The APIs marked `Experimental`/`DeveloperApi` may change in future releases,
and the migration guide below will explain all changes between releases.
## From 2.2 to 2.3
### Breaking changes
There are no breaking changes.
### Deprecations and changes of behavior
**Deprecations**
There are no deprecations.
**Changes of behavior**
* [SPARK-21027](https://issues.apache.org/jira/browse/SPARK-21027):
We are now setting the default parallelism used in `OneVsRest` to be 1 (i.e. serial), in 2.2 and earlier version,
the `OneVsRest` parallelism would be parallelism of the default threadpool in scala.
## From 2.1 to 2.2
### Breaking changes
There are no breaking changes.
### Deprecations and changes of behavior
**Deprecations**
There are no deprecations.
**Changes of behavior**
* [SPARK-19787](https://issues.apache.org/jira/browse/SPARK-19787):
Default value of `regParam` changed from `1.0` to `0.1` for `ALS.train` method (marked `DeveloperApi`).
**Note** this does _not affect_ the `ALS` Estimator or Model, nor MLlib's `ALS` class.

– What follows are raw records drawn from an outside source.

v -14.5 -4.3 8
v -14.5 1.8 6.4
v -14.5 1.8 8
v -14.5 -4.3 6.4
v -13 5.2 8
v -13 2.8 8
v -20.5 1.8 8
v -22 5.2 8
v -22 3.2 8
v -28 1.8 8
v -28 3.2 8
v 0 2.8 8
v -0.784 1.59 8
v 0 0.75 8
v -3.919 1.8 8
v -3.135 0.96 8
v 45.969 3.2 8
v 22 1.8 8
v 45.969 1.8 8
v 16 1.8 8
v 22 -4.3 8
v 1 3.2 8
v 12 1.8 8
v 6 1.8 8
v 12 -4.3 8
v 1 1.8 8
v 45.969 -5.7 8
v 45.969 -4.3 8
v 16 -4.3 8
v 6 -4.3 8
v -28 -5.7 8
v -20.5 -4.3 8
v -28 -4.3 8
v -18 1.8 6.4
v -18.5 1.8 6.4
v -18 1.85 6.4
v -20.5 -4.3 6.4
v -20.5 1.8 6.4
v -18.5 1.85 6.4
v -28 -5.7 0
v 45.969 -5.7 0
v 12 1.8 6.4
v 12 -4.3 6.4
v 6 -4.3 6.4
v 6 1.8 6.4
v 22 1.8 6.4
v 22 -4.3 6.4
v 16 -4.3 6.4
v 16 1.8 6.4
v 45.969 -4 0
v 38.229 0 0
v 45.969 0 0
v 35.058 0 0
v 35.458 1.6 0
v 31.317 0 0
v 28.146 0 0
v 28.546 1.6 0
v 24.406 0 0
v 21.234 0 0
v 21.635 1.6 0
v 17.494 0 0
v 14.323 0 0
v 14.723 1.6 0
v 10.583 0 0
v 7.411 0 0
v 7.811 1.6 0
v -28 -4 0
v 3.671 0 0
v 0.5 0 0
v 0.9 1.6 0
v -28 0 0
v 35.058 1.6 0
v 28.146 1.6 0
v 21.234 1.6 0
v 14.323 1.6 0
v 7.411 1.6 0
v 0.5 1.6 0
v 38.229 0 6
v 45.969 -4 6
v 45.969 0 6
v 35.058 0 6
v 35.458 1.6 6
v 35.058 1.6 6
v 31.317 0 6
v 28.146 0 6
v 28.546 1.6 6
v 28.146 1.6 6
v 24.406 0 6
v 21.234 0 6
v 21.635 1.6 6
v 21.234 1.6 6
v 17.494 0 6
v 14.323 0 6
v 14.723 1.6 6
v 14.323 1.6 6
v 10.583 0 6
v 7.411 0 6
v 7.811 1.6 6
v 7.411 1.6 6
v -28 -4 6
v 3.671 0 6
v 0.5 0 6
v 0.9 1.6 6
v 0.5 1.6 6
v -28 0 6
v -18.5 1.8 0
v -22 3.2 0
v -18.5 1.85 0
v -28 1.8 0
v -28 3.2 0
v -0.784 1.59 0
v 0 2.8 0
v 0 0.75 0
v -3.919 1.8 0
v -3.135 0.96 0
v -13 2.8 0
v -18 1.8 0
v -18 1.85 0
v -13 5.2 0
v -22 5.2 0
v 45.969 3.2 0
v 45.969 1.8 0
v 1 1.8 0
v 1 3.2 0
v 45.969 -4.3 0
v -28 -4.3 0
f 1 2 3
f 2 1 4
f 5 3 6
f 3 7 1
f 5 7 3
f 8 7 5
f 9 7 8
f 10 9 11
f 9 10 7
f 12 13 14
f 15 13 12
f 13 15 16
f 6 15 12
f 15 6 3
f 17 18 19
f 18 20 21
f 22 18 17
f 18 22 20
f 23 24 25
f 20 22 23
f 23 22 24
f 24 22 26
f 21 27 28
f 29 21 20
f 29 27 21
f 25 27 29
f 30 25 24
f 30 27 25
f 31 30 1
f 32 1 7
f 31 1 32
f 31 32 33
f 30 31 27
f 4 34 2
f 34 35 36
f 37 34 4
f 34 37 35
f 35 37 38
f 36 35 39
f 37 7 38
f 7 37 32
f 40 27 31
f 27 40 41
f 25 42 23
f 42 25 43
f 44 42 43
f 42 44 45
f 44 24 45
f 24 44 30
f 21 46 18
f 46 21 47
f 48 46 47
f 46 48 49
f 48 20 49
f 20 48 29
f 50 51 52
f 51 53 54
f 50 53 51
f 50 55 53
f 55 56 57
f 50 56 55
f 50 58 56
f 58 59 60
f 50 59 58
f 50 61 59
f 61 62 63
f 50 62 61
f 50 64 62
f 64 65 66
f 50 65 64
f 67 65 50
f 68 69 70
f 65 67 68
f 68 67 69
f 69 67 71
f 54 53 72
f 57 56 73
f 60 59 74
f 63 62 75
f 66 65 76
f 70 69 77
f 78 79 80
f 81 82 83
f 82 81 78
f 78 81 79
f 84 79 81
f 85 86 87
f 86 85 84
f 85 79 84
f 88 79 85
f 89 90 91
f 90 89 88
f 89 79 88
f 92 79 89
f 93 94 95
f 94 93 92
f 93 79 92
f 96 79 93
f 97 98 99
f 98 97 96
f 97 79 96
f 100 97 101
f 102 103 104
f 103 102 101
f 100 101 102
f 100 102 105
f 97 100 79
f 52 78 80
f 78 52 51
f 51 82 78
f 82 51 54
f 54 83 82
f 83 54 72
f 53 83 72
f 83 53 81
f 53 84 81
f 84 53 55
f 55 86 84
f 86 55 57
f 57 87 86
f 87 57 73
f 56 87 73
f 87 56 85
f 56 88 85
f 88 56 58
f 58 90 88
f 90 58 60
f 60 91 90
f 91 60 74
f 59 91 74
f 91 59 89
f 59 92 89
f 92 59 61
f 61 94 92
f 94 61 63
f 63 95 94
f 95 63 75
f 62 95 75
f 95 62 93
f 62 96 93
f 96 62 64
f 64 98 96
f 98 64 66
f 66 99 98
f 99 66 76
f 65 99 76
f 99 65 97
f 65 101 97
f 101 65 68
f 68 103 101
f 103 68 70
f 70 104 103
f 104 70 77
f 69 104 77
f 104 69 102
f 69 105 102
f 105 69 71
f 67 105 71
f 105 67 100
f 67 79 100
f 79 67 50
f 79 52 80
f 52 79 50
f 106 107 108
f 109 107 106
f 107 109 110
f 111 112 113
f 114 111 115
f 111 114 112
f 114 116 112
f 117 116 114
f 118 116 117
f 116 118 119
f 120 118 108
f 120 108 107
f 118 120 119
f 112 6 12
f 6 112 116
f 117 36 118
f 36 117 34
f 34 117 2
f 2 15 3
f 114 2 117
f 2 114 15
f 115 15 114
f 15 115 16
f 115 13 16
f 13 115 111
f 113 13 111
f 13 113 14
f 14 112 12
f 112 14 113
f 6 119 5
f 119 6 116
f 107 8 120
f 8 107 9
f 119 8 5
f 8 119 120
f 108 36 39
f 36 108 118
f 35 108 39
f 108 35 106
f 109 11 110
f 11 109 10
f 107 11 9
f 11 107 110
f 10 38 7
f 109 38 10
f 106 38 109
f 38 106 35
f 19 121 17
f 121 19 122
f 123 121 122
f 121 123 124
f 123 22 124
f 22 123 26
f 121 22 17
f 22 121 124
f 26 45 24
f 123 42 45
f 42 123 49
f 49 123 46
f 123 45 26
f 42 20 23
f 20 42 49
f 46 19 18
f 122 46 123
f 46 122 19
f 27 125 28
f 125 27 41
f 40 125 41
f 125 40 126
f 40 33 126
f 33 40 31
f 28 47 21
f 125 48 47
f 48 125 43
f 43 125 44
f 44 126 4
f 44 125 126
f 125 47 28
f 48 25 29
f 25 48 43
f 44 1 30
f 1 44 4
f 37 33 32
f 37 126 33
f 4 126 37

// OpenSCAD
// file: ../pip-ratchet/pip-ratchet-coupon.scad
// pip-ratchet-coupon — print this first. One pawl (the production cross-section
// and profile, on the shared pawl_profile()) engaging a linear rack (the
// production tooth_profile() unrolled at the root circle), in a channel that
// confines the loose strip. Slide the rack +x (the arrow direction on the
// demonstrator): it should click and the pawl ride up each tooth; slide it −x:
// it must lock dead. No geometry is copied — the profiles come from the entry
// design, so what you tune here is what ships.
//
// WHAT TO TUNE: pawl_t, in 0.1 steps, via the sweep plate —
//   ./scripts/render.sh pip-ratchet --sweep pawl_t=0.9:1.5:0.1
// Stiffness (click force) scales ~ t³ and ride-up stress ~ t: thicker clicks
// harder and lives longer, thinner feels lighter. If the strip welds into the
// channel, open that gap by 0.05 and reprint: tooth tips to the near wall/pawl
// is web_clr (entry file, -D overridable), strip to the far rail is rail_gap
// (below). k_xy only sets the demonstrator's bore. See NOTES.md
// "Print this first". Overrides sit below the include (OpenSCAD resolves
// top-level variables last-assignment-wins); "coupon" has no dispatch branch,
// so the demonstrator itself renders nothing here.
include <pip-ratchet.scad>
part = "coupon";

/* [Coupon] */
// Teeth on the rack strip — enough clicks to judge the feel
coupon_teeth = 6;
// Rack strip body thickness below the root line (mm)
rack_body = 4;
// Rack strip height (mm) — the pawl keeps the production 8 mm section
rack_h = 6;
// Guide rail thickness (mm)
rail_t = 1.4;
// Far-rail sliding clearance (mm) — guidance only; the fit under test is the
// tooth-tip-to-wall web_clr, which is the production number
rail_gap = 0.3;
// Near rail resumes this far ahead of the nose face (mm)
nose_clear = 1;
// Joint offset (mm): keeps fixture faces that meet the pawl off its planes
joint_e = 0.05;

// ---- derived (linear unroll at the root circle) ------------------------
pitch_mm = tooth_pitch_arc();
x_w    = lock_gap;                // first tooth wall, lock_gap AHEAD (+x) of
                                   // the nose face — sliding −x drives the wall
                                   // onto the face (lock); +x presents ramps
x_rack0 = -block_back_u - 6;      // back margin reaches past the block zone
x_rack1 = x_w + coupon_teeth * pitch_mm + 4;
web_y  = web_in - r_root;         // beam underside plane = channel wall (1.8)
block_y_out = beam_out - r_root + 2.4;

function rack_pts() =
  let (teeth_pts = [ for (j = [0 : coupon_teeth - 1], p = tooth_profile())
                       [ x_w + j * pitch_mm + p[0], p[1] - r_root ] ])
  concat([[x_rack0, -rack_body], [x_rack0, 0]],
         teeth_pts,
         [[x_rack1, 0], [x_rack1, -rack_body]]);

function pawl_pts_linear() =
  [ for (p = pawl_profile()) [ -p[0], p[1] - r_root ] ];

module coupon() {
  assert(rack_h + z_tol < pawl_w, "bridge would sit above the pawl tops");
  assert(x_rack0 < -block_back_u - 2, "rack shorter than the pawl block zone");
  // the loose rack strip — slides in the channel, prints on the bed
  linear_extrude(rack_h) polygon(rack_pts());
  // the pawl, full production section, nose face at x = 0
  linear_extrude(pawl_w) polygon(pawl_pts_linear());
  // clamping block burying the pawl root (mirrors the demonstrator's sector).
  // Its underside sits joint_e ABOVE the pawl's underside plane: flush, the
  // two coincide with the rail's underside too, and the Manifold backend
  // unions three coplanar faces into a non-manifold seam (issue #668 CI).
  translate([-block_back_u, web_y + joint_e, 0])
    cube([block_back_u - block_front_u, block_y_out - web_y - joint_e, pawl_w]);
  // tooth-side channel wall, interrupted by the pawl: behind the block (its
  // end stops 0.5 mm short of the pawl's root face, INSIDE the block's x-span
  // — a tangent face-only contact leaves the fixture as two shells, and an
  // end flush on the pawl's underside is the same coplanar seam), and ahead of
  // the nose; between them the pawl's own underside is the wall
  translate([x_rack0, web_y, 0])
    cube([-(pawl_l + 0.5) - x_rack0, rail_t, pawl_w]);
  translate([nose_clear, web_y, 0])
    cube([x_rack1 - nose_clear, rail_t, pawl_w]);
  // far-side rail: the click reaction pushes the strip against this
  translate([x_rack0, -rack_body - rail_gap - rail_t, 0])
    cube([x_rack1 - x_rack0, rail_t, pawl_w]);
  // z-confinement bridges over the strip, 2 layers above it (z_tol) —
  // printed between the rails; they reach 0.2 mm INTO the near-rail band (or
  // the block, for the one behind the pawl) so every fixture joint is
  // volumetric, not face-tangent. The −20.5 bridge lands over the block's clamp
  // zone — frame-welds to frame, clear of the flexure (which starts at
  // x = −block_front_u = −13) — and is what ties the far-rail/ahead-rail group
  // to the pawl/block group, so the fixture is ONE body.
  // (−20.5, not −20: its faces stay off the pawl's 1 mm-spaced beam vertices)
  for (bx = [-20.5, 6, 16])
    translate([bx, -rack_body - rail_gap - rail_t, rack_h + z_tol])
      cube([6, web_y + rack_body + rail_gap + rail_t + 0.2,
            pawl_w - rack_h - z_tol]);
}

coupon();
// main file
// pip-ratchet-pla-coupon — print this first, IN PLA. The parent's coupon
// (a rack strip + one pawl on the shared production tooth/pawl profiles,
// nothing copied) with the beam re-sectioned for PLA: the single
// `pawl_t` override below mirrors pip-ratchet-pla.scad's #675 derivation —
// keep the two in sync (the wrapper cannot import the derivative's
// assignment without pasting the parent entry twice, which would
// double-draw; one mirrored constant is the smaller risk, and the sync is
// checked by eye against the echo in both files).
//
// WHAT TO TUNE / WHAT IT PROVES: in the parent this coupon only tunes feel
// (click force ~ t³); here it ALSO qualifies the material — PLA is ranked
// "unsuitable for a live flexure unless a coupon proves otherwise"
// (docs/advanced-techniques.md), so before printing the demonstrator you
// cycle this coupon to a click-count death and read the verdict against
// your target life (NOTES.md "Print this first", step 3). Breaking early
// is the coupon doing its job: it is the brief's "not viable" answer
// arriving before you spend the filament on the wheel.
//
// The sweep plate renders the neighbourhood if you want it:
//   ./scripts/render.sh pip-ratchet-pla --sweep pawl_t=0.9:1.5:0.1
include <../pip-ratchet/pip-ratchet-coupon.scad>
pawl_t = 1.0;   // the #675 PLA force-match, mirroring pip-ratchet-pla.scad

* [SPARK-14772](https://issues.apache.org/jira/browse/SPARK-14772):
Fixed inconsistency between Python and Scala APIs for `Param.copy` method.
* [SPARK-11569](https://issues.apache.org/jira/browse/SPARK-11569):
`StringIndexer` now handles `NULL` values in the same way as unseen values. Previously an exception
would always be thrown regardless of the setting of the `handleInvalid` parameter.
## Previous Spark versions
Earlier migration guides are archived [on this page](ml-migration-guides.html).